Critique my proof of: P → (Q → R). Then ¬R → (P → ¬Q)
Proof. Suppose $¬R,$ $P,$ and $Q → R.$ Because $Q → R$ and $¬R,$ it must be the case that $¬Q$ because $P$ and $P → (Q → R).$ Therefore, because when $¬R,$ $P$ and $¬Q,$ it must be the case that $¬R→(P→ ¬Q).$
Any critique on correctness, structure, etc. is much appreciated.
Yes! I am glad you are asking for feedback on your proof, rather than us giving you some kind of alternative proof. As you probably are well aware, you learn much more from trying to create your own proof and getting some feedback on it as opposed to receiving someone else's proof.
Accordingly, here is some feedback on your proof. First, a line by line analysis:
Suppose $¬R,$ $P,$ and $Q → R.$
OK, that's weird. Given that you need to show $¬R→(P→ ¬Q)$, it makes sense to suppose both $\neg R$ and $P$, but why would you suppose $Q → R$?
Maybe you saw that you can get $Q → R$ once you assume $P$ and given that you have the premise $P → (Q → R)$. But that means that you infer $Q → R$, rather than suppose it.
So, you should really stick to supposing just $\neg R$ and $P$. And, it might be good to also spell out what it is that you are now looking for (which is $\neg Q$), before moving on.

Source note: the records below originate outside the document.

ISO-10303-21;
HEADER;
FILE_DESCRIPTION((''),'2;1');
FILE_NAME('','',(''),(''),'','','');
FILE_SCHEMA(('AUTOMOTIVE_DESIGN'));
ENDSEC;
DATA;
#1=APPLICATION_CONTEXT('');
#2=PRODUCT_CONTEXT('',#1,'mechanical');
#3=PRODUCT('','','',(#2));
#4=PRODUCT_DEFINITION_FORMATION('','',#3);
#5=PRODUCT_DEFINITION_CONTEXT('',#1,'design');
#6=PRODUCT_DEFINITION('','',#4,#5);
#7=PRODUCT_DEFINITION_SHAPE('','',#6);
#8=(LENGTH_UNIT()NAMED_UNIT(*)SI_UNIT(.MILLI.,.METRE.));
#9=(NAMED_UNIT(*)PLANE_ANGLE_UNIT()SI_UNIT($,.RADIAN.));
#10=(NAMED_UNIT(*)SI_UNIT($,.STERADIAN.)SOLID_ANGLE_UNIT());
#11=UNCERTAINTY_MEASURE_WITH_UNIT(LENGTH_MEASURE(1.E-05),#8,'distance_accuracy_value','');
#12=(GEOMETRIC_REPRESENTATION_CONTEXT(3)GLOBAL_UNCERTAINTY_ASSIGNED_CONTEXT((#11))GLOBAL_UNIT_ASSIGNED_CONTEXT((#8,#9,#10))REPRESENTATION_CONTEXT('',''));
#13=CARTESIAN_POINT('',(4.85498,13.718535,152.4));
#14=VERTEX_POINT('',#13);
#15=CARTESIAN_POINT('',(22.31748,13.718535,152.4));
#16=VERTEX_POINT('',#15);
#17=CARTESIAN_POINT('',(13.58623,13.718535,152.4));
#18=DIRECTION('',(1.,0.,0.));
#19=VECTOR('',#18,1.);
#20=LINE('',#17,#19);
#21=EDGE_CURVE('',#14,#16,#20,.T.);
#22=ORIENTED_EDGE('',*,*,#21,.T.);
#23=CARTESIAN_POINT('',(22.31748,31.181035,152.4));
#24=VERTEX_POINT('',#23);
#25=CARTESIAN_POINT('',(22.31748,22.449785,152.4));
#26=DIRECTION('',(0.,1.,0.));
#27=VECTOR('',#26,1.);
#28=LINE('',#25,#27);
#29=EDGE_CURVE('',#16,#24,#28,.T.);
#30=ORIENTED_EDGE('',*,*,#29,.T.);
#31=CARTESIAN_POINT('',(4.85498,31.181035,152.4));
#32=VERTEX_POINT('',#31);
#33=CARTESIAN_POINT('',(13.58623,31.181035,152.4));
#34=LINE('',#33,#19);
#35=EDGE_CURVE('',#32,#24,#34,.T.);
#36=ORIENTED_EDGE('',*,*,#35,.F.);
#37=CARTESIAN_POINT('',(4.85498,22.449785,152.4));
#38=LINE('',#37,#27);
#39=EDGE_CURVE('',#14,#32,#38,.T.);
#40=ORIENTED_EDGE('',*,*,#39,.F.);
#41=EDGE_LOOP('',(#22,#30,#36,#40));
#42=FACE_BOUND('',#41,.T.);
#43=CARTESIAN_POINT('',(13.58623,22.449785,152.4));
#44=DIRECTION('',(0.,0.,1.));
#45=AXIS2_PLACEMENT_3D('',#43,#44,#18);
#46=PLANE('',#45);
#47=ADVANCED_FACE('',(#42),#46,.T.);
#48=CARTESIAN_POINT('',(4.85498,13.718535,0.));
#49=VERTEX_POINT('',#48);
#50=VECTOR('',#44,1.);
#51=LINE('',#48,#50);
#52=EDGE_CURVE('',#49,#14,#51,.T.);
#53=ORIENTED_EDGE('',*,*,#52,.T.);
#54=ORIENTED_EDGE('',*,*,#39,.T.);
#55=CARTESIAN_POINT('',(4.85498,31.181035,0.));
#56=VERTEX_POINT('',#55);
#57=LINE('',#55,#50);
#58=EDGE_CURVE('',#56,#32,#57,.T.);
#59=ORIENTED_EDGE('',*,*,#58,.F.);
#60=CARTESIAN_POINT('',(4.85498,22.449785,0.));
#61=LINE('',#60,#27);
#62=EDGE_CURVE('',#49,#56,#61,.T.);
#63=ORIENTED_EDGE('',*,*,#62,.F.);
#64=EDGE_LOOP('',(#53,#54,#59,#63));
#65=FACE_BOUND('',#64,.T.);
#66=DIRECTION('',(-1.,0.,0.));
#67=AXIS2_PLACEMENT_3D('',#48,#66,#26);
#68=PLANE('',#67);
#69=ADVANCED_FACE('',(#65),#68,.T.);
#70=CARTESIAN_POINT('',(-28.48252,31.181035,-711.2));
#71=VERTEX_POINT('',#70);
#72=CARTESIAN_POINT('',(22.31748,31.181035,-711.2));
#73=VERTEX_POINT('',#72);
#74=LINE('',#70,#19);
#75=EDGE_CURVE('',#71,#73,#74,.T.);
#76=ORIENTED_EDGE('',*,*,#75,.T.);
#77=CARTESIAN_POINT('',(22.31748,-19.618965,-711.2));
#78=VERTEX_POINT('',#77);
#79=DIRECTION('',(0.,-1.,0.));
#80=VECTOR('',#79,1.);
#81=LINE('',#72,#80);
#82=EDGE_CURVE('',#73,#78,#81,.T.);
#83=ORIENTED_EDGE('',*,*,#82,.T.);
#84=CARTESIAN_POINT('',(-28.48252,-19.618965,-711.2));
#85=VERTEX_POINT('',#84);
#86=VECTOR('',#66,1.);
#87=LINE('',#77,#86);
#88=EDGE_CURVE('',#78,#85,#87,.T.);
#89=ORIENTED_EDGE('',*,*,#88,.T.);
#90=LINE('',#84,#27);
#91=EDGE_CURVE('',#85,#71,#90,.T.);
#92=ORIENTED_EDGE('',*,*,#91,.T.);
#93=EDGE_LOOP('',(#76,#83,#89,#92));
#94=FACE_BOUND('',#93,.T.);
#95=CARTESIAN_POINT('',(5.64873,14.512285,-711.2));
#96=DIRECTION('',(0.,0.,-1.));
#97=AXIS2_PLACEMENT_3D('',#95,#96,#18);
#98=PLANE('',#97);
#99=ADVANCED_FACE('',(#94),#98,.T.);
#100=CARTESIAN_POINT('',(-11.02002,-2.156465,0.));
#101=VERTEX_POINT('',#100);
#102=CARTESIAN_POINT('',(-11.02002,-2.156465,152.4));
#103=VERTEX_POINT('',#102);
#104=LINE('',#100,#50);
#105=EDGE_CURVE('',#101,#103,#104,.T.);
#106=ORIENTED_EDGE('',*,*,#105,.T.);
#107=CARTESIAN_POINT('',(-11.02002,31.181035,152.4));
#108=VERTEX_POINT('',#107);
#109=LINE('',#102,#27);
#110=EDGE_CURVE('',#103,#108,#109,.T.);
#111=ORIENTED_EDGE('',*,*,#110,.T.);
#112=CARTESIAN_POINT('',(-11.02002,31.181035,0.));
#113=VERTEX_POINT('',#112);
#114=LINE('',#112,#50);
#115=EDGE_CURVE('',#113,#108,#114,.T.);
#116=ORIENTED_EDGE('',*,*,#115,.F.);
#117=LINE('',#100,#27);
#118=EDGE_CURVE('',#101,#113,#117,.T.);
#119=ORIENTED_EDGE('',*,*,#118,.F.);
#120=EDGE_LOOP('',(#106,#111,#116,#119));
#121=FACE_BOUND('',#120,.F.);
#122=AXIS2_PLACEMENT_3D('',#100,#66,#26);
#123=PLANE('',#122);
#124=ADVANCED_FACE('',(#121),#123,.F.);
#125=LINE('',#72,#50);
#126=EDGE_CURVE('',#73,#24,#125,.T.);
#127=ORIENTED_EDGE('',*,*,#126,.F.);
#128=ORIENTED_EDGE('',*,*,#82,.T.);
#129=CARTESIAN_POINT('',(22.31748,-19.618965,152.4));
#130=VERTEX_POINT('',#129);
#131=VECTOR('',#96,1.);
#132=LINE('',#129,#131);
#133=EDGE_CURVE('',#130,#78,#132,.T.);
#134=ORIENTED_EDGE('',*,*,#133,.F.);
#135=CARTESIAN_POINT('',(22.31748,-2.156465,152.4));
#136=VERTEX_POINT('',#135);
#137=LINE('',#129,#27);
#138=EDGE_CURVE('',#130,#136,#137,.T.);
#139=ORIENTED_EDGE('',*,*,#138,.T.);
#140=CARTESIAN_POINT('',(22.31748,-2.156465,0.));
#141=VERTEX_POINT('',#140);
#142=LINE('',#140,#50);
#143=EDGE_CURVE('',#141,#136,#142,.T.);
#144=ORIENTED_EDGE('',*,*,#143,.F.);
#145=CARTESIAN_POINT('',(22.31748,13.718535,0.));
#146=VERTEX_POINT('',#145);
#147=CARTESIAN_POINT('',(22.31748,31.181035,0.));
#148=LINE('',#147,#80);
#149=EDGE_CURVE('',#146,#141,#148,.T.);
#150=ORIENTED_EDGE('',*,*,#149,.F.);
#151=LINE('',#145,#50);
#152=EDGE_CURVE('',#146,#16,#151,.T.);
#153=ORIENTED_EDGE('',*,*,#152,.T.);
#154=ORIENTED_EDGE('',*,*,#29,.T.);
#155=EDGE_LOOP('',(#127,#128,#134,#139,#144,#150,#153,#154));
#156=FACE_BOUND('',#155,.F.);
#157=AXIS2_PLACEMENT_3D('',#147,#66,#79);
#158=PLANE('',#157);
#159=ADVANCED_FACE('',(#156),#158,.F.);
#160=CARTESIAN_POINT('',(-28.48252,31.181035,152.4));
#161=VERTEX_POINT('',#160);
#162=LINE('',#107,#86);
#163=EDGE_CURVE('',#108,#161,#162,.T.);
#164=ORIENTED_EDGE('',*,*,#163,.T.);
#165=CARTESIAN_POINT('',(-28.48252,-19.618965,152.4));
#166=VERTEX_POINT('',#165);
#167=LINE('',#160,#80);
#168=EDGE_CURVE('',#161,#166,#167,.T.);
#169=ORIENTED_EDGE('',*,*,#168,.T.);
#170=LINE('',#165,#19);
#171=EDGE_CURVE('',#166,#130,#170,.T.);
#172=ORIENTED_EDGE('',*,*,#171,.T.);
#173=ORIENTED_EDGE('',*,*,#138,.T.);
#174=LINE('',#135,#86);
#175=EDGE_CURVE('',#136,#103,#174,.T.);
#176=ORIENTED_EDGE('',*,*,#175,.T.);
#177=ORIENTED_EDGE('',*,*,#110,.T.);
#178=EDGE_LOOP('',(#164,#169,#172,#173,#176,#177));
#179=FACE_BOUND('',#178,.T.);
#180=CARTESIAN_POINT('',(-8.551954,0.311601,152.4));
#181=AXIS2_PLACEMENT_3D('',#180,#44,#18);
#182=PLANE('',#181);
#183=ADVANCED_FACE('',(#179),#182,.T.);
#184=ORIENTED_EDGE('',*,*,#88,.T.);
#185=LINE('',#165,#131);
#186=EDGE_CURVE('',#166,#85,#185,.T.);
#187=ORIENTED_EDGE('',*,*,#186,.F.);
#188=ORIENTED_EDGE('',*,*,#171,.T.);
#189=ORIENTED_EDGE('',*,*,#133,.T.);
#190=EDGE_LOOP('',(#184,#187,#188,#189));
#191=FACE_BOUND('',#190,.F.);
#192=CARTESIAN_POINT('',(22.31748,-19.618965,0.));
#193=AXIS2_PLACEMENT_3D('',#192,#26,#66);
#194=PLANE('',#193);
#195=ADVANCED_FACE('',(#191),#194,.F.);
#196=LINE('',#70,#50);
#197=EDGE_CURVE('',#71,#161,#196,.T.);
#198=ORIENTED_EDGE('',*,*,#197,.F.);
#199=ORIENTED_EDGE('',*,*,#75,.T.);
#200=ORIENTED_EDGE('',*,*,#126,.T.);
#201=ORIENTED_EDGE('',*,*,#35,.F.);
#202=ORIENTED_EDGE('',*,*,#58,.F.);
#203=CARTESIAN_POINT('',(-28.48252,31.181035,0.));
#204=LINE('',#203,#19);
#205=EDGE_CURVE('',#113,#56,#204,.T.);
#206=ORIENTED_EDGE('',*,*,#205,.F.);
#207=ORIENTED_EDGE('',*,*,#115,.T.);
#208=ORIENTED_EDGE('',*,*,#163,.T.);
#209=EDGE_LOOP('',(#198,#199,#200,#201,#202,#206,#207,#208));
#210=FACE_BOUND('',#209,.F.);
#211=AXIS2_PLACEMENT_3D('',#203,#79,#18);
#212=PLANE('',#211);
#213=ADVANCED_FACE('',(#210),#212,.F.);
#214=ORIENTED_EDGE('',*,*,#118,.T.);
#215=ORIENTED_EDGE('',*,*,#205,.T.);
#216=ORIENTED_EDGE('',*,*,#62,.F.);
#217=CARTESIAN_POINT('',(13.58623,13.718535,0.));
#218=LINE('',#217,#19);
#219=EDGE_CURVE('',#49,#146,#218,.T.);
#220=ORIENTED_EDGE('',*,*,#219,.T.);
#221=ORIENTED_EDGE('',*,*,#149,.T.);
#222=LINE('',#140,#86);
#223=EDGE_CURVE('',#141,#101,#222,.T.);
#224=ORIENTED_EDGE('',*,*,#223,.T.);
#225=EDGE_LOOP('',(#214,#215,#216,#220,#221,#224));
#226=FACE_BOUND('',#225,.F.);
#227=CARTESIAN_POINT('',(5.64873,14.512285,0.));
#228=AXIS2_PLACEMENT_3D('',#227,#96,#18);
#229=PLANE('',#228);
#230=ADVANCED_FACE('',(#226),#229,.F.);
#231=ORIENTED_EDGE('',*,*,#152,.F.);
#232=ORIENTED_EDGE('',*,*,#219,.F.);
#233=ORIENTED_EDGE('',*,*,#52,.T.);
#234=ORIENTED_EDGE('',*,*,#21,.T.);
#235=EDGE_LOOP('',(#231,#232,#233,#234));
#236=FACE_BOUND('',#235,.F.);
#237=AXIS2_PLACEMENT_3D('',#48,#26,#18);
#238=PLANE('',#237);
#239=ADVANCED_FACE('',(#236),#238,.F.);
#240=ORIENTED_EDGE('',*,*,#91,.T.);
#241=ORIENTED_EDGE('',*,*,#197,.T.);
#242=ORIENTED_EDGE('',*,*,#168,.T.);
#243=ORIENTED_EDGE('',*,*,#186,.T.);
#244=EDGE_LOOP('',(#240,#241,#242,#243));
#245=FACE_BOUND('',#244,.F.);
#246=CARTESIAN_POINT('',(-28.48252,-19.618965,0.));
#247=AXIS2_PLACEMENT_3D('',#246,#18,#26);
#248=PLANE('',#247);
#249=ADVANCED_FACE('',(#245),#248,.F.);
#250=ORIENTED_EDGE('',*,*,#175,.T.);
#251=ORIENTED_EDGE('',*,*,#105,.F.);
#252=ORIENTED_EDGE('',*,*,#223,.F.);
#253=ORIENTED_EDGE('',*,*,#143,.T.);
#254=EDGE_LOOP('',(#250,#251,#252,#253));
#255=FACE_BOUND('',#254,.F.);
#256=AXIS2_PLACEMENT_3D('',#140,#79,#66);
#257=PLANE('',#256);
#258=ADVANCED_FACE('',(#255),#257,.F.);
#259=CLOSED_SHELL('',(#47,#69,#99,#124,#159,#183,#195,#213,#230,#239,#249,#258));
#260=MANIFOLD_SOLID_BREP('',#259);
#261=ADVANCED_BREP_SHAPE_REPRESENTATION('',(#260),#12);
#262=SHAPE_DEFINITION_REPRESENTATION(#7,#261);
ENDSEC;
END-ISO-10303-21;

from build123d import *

# Parameters (mm, degrees)
F0_W     = 17.4625
F0_H     = 17.4625
F1_DEPTH = 152.4
F2_W     = 33.3375
F2_H     = 33.3375
F3_DEPTH = 711.2


with BuildPart() as f1:
    # F0 (on Top) → F1 (new body)
    with BuildSketch(Plane.XY):
        Polygon((-28.48252, 31.181035), (-28.48252, -19.618965), (22.31748, -19.618965), (22.31748, -2.156465), (-3.08252, -2.156465), (-11.02002, -2.156465), (-11.02002, 31.181035), align=None)
        with Locations((13.58623, 22.449785)):
            Rectangle(F0_W, F0_H)
    extrude(amount=F1_DEPTH)

    # F2 (on face) → F3 (join)
    with BuildSketch(Plane(origin=(0, 0, 0), x_dir=(1, 0, 0), z_dir=(0, 0, -1))):
        with Locations((5.64873, -14.512285)):
            Rectangle(F2_W, F2_H)
        Polygon((22.31748, 19.618965), (-28.48252, 19.618965), (-28.48252, -31.181035), (-11.02002, -31.181035), (-11.02002, 2.156465), (22.31748, 2.156465), align=None)
    extrude(amount=F3_DEPTH)


solid = f1.part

Because $Q → R$ and $¬R,$ it must be the case that $¬Q$ because $P$ and $P → (Q → R).$
This is confusing. It is, all by itself, true that "Because $Q → R$ and $¬R,$ it must be the case that $¬Q$". So, why would you follow this up by "because $P$ and $P → (Q → R).$"? The first inference does not depend on $P$ and $P → (Q → R)$, so don't use that second because.
Indeed, it seems that once again you are realizing that you can get $Q → R$ once you have assumed $P$ and given that you have the premise $P → (Q → R)$. So you should make that a stand-alone observation in your proof, rather than embedding that into some further inference.
Therefore, because when $¬R,$ $P$ and $¬Q,$ it must be the case that $¬R→(P→ ¬Q).$
This is very confusing too. You make it sound like you assume $¬R,$ $P$ and $¬Q$. But that is not the case. All you assumed were $\neg R$ and $P$. The $\neg Q$ you obtained as a result of that. And yes, you therefore get $¬R→(P→ ¬Q)$, but once again you should make that a separate sentence.
Here is what I would suggest is a corrected version of your proof:
Suppose $¬R$ and $P$. Because $P$ and premise $P → (Q → R)$, you get $Q → R$. Because $Q → R$ and $¬R,$ it must be the case that $¬Q$. Therefore, when you have $¬R$ and $P$ you get $¬Q$. So, it must be the case that $¬R→(P→ ¬Q).$
Note that this proof really expressed the same idea as your proof ... but expresses it much better. It more clearly expresses exactly what follows from what, and it more clearly breaks it down in separate steps. So this is something you will need to work on for your proofs. Good luck!!
Another approach is to write both propositions in conjunctive normal form. The first one is $$ P \implies (\lnot Q \implies R) \\ \lnot P \lor (Q \lor R) \\ \lnot P \lor Q \lor R $$
The second one is $$ \lnot R \implies (P \implies \lnot Q) \\ R \lor (\lnot P \lor Q) \\ R \lor \lnot P \lor Q \\ \lnot P \lor Q \lor R $$
In fact, we have shown that the two propositions are equivalent, which is more than what was required.
You can try a proof by contradiction.
Suppose only $P \to (Q \to R)$!
Now assume $\neg R$ and the negation of the consequent $P \to \neg Q$ of the conditional, that is, $\neg (P \to \neg Q)$ or $P \land Q$. Now we have premises $\neg R$, $P$, and $Q$. Since $P$ holds, we have $Q \to R$. Now from $Q$, we have $R$. From $\neg R \land R$, we get a contradiction by the law of excluded middle. Therefore, $\neg R \to (P \to \neg Q)$.